- YOUR INSTRUCTIONS:
From the records below, print exactly the lines starting at the one containing "f 11 13 125" and ending at the one containing "f 129 130 67", ends included, and nothing else.

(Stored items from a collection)
══════

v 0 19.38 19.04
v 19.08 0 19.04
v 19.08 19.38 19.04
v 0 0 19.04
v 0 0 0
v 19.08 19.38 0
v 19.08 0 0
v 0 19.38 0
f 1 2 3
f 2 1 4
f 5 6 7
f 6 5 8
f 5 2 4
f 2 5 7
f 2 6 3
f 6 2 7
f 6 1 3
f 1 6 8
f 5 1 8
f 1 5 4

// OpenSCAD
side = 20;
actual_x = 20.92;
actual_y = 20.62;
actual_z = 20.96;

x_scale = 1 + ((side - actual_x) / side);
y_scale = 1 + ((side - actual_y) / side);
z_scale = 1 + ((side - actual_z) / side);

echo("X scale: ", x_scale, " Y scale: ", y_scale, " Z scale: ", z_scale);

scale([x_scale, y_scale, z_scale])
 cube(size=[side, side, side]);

══════

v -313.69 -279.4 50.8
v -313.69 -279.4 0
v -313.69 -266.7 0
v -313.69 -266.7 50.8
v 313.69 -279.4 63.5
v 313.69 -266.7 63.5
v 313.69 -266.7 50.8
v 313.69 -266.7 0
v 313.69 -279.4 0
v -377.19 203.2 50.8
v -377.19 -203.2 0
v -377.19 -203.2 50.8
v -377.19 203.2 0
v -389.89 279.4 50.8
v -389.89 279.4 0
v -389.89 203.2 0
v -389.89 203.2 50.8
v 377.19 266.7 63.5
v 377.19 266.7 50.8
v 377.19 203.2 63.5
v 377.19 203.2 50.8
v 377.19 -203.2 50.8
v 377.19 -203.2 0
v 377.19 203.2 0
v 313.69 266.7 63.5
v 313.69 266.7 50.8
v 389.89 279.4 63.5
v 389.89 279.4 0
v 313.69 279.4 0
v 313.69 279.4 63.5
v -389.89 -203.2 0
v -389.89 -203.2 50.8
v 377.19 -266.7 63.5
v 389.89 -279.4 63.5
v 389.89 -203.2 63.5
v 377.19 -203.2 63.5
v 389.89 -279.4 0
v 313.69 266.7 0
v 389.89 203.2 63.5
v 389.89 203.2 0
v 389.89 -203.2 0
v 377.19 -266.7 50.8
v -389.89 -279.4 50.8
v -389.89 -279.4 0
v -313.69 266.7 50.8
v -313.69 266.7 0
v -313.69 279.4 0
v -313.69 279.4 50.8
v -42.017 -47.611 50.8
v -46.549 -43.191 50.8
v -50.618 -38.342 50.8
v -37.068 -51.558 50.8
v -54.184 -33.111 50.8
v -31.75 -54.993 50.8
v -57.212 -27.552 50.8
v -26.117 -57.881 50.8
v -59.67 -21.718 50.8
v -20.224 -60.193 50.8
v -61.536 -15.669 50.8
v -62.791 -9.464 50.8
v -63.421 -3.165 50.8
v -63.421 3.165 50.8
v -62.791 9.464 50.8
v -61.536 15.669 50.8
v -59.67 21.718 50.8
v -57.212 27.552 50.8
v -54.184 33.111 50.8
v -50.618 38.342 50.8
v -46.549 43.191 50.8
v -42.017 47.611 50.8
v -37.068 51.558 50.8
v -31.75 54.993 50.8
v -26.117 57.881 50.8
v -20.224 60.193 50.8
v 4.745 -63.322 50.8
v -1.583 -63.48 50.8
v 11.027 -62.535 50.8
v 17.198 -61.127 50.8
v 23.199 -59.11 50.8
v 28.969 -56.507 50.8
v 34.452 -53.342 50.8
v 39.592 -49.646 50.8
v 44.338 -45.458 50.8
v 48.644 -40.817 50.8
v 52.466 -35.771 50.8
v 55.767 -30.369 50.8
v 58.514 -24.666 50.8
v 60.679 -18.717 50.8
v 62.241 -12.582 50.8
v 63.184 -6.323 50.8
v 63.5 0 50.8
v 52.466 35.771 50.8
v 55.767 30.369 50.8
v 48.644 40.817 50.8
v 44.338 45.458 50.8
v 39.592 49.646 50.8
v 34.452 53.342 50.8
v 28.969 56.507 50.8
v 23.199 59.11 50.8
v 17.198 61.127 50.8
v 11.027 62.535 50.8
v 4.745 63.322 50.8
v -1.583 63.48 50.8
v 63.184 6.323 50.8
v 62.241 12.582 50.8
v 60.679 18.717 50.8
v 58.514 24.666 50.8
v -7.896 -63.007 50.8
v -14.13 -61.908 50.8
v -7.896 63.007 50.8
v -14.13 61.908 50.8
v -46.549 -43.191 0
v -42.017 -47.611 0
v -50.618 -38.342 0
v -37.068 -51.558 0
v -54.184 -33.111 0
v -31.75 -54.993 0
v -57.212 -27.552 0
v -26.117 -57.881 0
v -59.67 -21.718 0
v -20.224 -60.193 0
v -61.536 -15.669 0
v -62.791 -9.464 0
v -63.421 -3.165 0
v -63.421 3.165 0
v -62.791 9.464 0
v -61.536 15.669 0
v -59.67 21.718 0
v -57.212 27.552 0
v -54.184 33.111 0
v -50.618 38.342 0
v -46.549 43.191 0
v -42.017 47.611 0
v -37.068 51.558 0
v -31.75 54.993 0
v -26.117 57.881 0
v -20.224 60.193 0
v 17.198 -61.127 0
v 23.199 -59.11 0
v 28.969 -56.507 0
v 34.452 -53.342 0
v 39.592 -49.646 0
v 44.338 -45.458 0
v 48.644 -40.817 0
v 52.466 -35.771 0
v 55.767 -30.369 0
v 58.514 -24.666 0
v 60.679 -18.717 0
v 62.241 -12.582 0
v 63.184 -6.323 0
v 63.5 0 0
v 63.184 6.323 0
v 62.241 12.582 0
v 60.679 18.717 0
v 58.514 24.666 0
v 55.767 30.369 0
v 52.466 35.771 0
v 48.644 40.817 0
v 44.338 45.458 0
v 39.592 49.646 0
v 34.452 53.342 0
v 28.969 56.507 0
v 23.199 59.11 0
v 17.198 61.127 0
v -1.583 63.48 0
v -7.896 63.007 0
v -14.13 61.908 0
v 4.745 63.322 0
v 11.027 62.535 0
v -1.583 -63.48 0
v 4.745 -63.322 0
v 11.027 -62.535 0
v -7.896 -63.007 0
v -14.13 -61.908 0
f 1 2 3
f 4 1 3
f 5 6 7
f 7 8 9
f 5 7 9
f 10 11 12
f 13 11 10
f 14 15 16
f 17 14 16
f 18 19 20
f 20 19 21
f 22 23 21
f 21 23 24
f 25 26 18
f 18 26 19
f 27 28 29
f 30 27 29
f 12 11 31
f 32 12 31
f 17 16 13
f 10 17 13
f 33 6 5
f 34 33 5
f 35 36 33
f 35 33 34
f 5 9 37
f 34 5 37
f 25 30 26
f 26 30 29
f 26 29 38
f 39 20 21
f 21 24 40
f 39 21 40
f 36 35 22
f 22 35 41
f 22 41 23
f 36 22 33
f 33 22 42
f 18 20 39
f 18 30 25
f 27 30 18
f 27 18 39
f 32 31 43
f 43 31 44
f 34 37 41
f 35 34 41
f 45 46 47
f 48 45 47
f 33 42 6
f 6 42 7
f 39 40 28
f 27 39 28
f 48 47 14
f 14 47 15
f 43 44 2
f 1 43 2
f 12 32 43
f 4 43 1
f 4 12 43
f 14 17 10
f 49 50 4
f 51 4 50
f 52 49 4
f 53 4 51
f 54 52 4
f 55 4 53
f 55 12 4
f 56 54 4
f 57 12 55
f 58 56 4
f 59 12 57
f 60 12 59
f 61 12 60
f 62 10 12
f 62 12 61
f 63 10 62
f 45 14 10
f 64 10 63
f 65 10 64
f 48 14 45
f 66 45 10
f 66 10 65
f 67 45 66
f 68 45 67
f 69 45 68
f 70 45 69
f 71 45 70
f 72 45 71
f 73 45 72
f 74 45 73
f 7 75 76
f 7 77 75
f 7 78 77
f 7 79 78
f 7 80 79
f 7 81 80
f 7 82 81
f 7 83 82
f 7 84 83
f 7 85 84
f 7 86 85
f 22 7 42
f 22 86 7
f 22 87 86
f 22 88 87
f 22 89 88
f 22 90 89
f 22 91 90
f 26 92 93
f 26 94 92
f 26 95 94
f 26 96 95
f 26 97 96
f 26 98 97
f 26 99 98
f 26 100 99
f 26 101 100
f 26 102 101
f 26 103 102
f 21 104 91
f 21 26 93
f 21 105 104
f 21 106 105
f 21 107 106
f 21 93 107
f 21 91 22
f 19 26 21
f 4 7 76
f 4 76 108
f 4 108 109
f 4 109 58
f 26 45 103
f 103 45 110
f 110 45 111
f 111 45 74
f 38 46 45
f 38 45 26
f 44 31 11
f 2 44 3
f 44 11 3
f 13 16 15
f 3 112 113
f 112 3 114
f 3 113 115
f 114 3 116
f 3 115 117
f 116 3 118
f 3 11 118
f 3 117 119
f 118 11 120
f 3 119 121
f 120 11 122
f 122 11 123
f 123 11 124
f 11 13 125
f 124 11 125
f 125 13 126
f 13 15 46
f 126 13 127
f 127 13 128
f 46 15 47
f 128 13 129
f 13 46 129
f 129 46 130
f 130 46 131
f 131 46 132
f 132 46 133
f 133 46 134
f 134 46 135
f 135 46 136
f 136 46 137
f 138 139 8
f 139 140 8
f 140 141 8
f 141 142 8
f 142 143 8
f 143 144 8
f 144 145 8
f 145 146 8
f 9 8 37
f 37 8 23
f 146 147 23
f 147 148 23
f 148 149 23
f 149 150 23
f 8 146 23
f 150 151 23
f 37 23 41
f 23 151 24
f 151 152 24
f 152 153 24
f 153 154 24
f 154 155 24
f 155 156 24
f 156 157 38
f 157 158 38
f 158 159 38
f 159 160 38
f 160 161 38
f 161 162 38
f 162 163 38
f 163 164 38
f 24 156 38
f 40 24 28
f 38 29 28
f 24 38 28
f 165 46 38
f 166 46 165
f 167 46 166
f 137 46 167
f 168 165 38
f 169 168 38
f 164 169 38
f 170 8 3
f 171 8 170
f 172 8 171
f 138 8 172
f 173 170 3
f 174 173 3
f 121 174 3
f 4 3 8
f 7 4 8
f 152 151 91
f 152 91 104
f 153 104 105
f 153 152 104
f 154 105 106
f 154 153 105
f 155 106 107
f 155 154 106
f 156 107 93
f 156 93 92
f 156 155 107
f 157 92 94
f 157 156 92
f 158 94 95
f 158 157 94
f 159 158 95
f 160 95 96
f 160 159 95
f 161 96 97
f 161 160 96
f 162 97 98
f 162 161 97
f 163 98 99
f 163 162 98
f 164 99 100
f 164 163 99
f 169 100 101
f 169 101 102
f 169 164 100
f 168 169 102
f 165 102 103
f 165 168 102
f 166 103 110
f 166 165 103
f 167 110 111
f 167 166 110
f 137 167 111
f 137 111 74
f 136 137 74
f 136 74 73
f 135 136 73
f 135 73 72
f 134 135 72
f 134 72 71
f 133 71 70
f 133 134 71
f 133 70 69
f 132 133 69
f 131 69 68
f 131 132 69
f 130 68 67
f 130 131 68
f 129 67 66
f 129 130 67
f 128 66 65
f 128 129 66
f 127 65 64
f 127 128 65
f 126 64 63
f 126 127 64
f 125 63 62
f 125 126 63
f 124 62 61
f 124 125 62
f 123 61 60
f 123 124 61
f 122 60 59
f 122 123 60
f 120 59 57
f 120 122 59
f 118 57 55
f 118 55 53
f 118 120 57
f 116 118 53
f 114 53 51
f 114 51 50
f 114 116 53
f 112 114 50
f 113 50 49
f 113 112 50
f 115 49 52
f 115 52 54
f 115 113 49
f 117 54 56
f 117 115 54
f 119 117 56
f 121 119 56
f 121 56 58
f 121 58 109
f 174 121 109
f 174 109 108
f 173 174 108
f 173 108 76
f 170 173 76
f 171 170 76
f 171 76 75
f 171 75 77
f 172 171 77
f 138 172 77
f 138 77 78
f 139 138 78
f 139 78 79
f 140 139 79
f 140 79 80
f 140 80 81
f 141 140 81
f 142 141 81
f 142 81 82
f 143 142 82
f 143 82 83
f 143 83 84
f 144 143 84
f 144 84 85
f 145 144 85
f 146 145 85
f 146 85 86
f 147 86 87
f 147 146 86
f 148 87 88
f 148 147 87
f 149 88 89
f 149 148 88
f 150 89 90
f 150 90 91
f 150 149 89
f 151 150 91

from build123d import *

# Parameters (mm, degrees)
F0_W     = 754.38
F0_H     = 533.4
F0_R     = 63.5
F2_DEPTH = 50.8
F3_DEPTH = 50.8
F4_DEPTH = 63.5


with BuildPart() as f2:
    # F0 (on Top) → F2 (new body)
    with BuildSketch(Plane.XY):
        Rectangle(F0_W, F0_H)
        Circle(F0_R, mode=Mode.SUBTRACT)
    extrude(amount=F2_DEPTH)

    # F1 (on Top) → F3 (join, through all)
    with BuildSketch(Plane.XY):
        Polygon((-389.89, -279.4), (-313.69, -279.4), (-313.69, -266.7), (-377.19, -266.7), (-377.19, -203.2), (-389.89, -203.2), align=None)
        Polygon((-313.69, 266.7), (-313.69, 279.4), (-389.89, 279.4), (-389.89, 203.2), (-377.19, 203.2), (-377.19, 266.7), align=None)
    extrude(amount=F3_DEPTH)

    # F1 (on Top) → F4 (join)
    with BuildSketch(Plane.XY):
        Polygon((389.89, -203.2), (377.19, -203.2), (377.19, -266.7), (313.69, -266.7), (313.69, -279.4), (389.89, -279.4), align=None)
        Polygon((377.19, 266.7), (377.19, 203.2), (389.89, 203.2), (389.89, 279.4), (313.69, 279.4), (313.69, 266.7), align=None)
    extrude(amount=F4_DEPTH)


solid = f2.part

══════

- RESULT OF THE EXERCISE:
f 11 13 125
f 124 11 125
f 125 13 126
f 13 15 46
f 126 13 127
f 127 13 128
f 46 15 47
f 128 13 129
f 13 46 129
f 129 46 130
f 130 46 131
f 131 46 132
f 132 46 133
f 133 46 134
f 134 46 135
f 135 46 136
f 136 46 137
f 138 139 8
f 139 140 8
f 140 141 8
f 141 142 8
f 142 143 8
f 143 144 8
f 144 145 8
f 145 146 8
f 9 8 37
f 37 8 23
f 146 147 23
f 147 148 23
f 148 149 23
f 149 150 23
f 8 146 23
f 150 151 23
f 37 23 41
f 23 151 24
f 151 152 24
f 152 153 24
f 153 154 24
f 154 155 24
f 155 156 24
f 156 157 38
f 157 158 38
f 158 159 38
f 159 160 38
f 160 161 38
f 161 162 38
f 162 163 38
f 163 164 38
f 24 156 38
f 40 24 28
f 38 29 28
f 24 38 28
f 165 46 38
f 166 46 165
f 167 46 166
f 137 46 167
f 168 165 38
f 169 168 38
f 164 169 38
f 170 8 3
f 171 8 170
f 172 8 171
f 138 8 172
f 173 170 3
f 174 173 3
f 121 174 3
f 4 3 8
f 7 4 8
f 152 151 91
f 152 91 104
f 153 104 105
f 153 152 104
f 154 105 106
f 154 153 105
f 155 106 107
f 155 154 106
f 156 107 93
f 156 93 92
f 156 155 107
f 157 92 94
f 157 156 92
f 158 94 95
f 158 157 94
f 159 158 95
f 160 95 96
f 160 159 95
f 161 96 97
f 161 160 96
f 162 97 98
f 162 161 97
f 163 98 99
f 163 162 98
f 164 99 100
f 164 163 99
f 169 100 101
f 169 101 102
f 169 164 100
f 168 169 102
f 165 102 103
f 165 168 102
f 166 103 110
f 166 165 103
f 167 110 111
f 167 166 110
f 137 167 111
f 137 111 74
f 136 137 74
f 136 74 73
f 135 136 73
f 135 73 72
f 134 135 72
f 134 72 71
f 133 71 70
f 133 134 71
f 133 70 69
f 132 133 69
f 131 69 68
f 131 132 69
f 130 68 67
f 130 131 68
f 129 67 66
f 129 130 67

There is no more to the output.